(Saved data entries)
--

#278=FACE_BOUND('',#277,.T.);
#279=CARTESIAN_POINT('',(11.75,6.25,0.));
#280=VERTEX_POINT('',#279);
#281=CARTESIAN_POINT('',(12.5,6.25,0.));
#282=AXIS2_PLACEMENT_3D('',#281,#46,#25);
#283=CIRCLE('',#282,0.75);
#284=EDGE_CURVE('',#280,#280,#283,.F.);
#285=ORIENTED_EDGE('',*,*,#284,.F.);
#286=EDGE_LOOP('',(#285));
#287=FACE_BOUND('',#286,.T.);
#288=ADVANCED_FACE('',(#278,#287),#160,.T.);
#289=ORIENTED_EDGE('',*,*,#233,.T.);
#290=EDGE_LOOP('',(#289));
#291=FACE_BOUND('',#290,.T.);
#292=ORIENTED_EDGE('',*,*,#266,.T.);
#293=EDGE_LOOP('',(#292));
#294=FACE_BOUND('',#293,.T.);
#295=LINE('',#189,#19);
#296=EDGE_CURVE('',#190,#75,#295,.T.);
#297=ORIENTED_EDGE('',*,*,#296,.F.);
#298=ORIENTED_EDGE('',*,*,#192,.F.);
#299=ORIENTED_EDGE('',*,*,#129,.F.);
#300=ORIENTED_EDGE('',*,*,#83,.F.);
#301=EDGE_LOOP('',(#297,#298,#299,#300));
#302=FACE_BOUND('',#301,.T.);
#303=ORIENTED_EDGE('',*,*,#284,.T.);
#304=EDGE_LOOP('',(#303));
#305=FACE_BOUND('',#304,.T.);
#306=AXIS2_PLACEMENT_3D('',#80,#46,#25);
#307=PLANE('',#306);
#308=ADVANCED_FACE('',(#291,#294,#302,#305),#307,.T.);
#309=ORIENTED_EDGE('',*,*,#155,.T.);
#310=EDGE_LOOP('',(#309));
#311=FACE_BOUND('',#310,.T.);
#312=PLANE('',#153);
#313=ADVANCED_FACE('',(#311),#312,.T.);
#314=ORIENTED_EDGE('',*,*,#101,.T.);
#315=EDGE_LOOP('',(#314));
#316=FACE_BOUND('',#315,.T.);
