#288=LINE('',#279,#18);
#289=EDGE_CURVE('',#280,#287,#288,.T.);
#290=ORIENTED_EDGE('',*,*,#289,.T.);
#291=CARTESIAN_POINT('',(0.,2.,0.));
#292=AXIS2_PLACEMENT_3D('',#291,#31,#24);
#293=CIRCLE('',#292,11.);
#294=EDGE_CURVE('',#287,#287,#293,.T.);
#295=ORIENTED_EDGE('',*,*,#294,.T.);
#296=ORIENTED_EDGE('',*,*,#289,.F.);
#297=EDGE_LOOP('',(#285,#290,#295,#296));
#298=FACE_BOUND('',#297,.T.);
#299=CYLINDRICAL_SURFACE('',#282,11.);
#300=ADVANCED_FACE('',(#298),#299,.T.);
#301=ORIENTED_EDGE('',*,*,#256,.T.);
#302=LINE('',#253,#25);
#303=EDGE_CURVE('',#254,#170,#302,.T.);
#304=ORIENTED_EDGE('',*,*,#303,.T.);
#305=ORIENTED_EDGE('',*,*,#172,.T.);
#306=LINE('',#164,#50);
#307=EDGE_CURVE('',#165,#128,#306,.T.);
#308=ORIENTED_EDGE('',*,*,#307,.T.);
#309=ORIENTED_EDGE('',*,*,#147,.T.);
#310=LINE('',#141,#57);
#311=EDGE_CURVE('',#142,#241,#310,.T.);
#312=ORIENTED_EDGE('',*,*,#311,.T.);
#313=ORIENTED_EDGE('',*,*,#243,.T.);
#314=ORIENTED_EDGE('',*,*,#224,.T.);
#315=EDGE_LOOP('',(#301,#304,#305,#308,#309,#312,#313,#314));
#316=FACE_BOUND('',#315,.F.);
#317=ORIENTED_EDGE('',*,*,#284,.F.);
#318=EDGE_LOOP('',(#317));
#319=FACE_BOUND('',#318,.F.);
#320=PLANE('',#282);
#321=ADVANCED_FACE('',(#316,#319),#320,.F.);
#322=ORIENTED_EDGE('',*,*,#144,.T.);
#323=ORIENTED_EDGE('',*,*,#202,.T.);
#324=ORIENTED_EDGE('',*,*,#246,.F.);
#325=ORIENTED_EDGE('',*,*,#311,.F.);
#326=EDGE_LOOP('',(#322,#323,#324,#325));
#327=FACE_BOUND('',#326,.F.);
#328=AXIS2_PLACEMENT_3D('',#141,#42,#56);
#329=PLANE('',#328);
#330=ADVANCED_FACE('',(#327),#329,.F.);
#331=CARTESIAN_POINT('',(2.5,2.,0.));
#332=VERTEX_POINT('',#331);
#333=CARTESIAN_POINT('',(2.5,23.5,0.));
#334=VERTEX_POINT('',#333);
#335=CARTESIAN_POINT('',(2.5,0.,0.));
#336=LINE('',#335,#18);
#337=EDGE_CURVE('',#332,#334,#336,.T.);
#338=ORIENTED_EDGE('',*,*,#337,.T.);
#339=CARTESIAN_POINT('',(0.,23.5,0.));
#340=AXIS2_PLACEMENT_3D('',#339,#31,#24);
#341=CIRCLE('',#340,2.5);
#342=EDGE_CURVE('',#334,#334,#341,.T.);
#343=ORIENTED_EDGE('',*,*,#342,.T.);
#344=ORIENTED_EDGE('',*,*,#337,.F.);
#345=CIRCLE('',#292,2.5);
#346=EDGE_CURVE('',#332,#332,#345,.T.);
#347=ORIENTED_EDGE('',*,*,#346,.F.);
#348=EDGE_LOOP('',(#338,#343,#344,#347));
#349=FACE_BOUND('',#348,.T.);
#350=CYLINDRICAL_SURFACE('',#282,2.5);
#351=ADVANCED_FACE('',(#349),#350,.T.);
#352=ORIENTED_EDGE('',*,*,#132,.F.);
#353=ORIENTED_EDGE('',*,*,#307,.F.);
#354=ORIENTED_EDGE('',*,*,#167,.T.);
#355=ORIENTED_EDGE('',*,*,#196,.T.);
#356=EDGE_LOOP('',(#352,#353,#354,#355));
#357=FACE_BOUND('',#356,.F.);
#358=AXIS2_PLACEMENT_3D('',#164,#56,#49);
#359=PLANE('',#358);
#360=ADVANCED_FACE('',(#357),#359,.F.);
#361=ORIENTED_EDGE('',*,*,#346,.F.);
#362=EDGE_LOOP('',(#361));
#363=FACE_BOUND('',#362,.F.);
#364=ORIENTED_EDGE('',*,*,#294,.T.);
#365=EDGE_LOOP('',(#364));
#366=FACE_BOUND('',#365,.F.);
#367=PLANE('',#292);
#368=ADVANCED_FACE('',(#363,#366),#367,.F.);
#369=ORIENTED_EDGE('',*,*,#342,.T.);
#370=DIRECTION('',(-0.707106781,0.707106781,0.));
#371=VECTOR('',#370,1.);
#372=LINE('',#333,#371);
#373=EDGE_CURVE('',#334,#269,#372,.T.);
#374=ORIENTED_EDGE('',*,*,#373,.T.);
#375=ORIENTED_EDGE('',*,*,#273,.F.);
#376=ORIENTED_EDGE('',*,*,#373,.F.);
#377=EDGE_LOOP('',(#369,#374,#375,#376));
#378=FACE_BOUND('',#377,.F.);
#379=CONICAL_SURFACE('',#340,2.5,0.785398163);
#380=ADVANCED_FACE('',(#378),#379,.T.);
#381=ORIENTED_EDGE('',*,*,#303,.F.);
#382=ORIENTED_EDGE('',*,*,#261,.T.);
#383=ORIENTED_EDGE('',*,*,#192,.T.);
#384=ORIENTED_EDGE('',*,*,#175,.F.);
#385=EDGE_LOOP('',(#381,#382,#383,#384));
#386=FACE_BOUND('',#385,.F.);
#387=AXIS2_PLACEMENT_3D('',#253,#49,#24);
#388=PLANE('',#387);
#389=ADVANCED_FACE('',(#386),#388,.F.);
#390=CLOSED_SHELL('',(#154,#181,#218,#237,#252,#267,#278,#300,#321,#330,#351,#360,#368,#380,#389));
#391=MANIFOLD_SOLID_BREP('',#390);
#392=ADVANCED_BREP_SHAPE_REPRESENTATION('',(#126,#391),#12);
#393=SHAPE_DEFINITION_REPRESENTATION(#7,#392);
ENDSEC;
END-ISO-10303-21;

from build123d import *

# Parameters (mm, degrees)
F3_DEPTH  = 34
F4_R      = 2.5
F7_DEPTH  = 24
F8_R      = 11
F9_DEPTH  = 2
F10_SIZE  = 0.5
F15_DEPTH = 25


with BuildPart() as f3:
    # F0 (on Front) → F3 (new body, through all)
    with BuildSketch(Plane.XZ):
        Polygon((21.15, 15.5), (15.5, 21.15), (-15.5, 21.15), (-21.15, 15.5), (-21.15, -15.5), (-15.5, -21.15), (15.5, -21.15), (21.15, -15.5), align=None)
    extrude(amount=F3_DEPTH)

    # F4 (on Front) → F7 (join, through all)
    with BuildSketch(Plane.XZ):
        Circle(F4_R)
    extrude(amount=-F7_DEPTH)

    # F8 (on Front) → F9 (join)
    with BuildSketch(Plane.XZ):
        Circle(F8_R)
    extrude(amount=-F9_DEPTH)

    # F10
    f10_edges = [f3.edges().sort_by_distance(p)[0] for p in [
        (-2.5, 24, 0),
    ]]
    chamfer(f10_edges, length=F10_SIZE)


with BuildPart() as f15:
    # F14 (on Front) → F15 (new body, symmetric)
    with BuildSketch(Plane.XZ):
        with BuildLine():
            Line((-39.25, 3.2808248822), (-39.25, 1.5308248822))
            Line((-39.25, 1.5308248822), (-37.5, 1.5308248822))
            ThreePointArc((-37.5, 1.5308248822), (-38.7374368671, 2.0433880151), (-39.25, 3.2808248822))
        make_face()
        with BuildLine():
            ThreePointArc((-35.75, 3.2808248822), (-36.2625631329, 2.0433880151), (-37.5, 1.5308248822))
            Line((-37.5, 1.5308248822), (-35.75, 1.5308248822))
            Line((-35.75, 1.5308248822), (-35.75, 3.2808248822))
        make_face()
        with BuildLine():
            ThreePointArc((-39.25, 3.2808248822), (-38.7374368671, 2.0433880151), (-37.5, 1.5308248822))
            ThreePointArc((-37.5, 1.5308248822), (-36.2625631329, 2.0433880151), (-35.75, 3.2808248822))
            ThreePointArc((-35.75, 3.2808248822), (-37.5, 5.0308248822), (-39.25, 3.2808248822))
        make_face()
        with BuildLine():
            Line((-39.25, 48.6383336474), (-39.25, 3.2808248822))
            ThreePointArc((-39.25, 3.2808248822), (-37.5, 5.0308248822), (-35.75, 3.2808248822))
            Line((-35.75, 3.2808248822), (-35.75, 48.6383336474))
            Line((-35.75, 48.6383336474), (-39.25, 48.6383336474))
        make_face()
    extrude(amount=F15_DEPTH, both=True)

--

Given the records above, reproduce precisely and only the lines between the line holding "#295=ORIENTED_EDGE('',*,*,#294,.T.);" and the line holding "#333=CARTESIAN_POINT('',(2.5,23.5,0.));", inclusive.

**RESPONSE AREA**:
#295=ORIENTED_EDGE('',*,*,#294,.T.);
#296=ORIENTED_EDGE('',*,*,#289,.F.);
#297=EDGE_LOOP('',(#285,#290,#295,#296));
#298=FACE_BOUND('',#297,.T.);
#299=CYLINDRICAL_SURFACE('',#282,11.);
#300=ADVANCED_FACE('',(#298),#299,.T.);
#301=ORIENTED_EDGE('',*,*,#256,.T.);
#302=LINE('',#253,#25);
#303=EDGE_CURVE('',#254,#170,#302,.T.);
#304=ORIENTED_EDGE('',*,*,#303,.T.);
#305=ORIENTED_EDGE('',*,*,#172,.T.);
#306=LINE('',#164,#50);
#307=EDGE_CURVE('',#165,#128,#306,.T.);
#308=ORIENTED_EDGE('',*,*,#307,.T.);
#309=ORIENTED_EDGE('',*,*,#147,.T.);
#310=LINE('',#141,#57);
#311=EDGE_CURVE('',#142,#241,#310,.T.);
#312=ORIENTED_EDGE('',*,*,#311,.T.);
#313=ORIENTED_EDGE('',*,*,#243,.T.);
#314=ORIENTED_EDGE('',*,*,#224,.T.);
#315=EDGE_LOOP('',(#301,#304,#305,#308,#309,#312,#313,#314));
#316=FACE_BOUND('',#315,.F.);
#317=ORIENTED_EDGE('',*,*,#284,.F.);
#318=EDGE_LOOP('',(#317));
#319=FACE_BOUND('',#318,.F.);
#320=PLANE('',#282);
#321=ADVANCED_FACE('',(#316,#319),#320,.F.);
#322=ORIENTED_EDGE('',*,*,#144,.T.);
#323=ORIENTED_EDGE('',*,*,#202,.T.);
#324=ORIENTED_EDGE('',*,*,#246,.F.);
#325=ORIENTED_EDGE('',*,*,#311,.F.);
#326=EDGE_LOOP('',(#322,#323,#324,#325));
#327=FACE_BOUND('',#326,.F.);
#328=AXIS2_PLACEMENT_3D('',#141,#42,#56);
#329=PLANE('',#328);
#330=ADVANCED_FACE('',(#327),#329,.F.);
#331=CARTESIAN_POINT('',(2.5,2.,0.));
#332=VERTEX_POINT('',#331);
#333=CARTESIAN_POINT('',(2.5,23.5,0.));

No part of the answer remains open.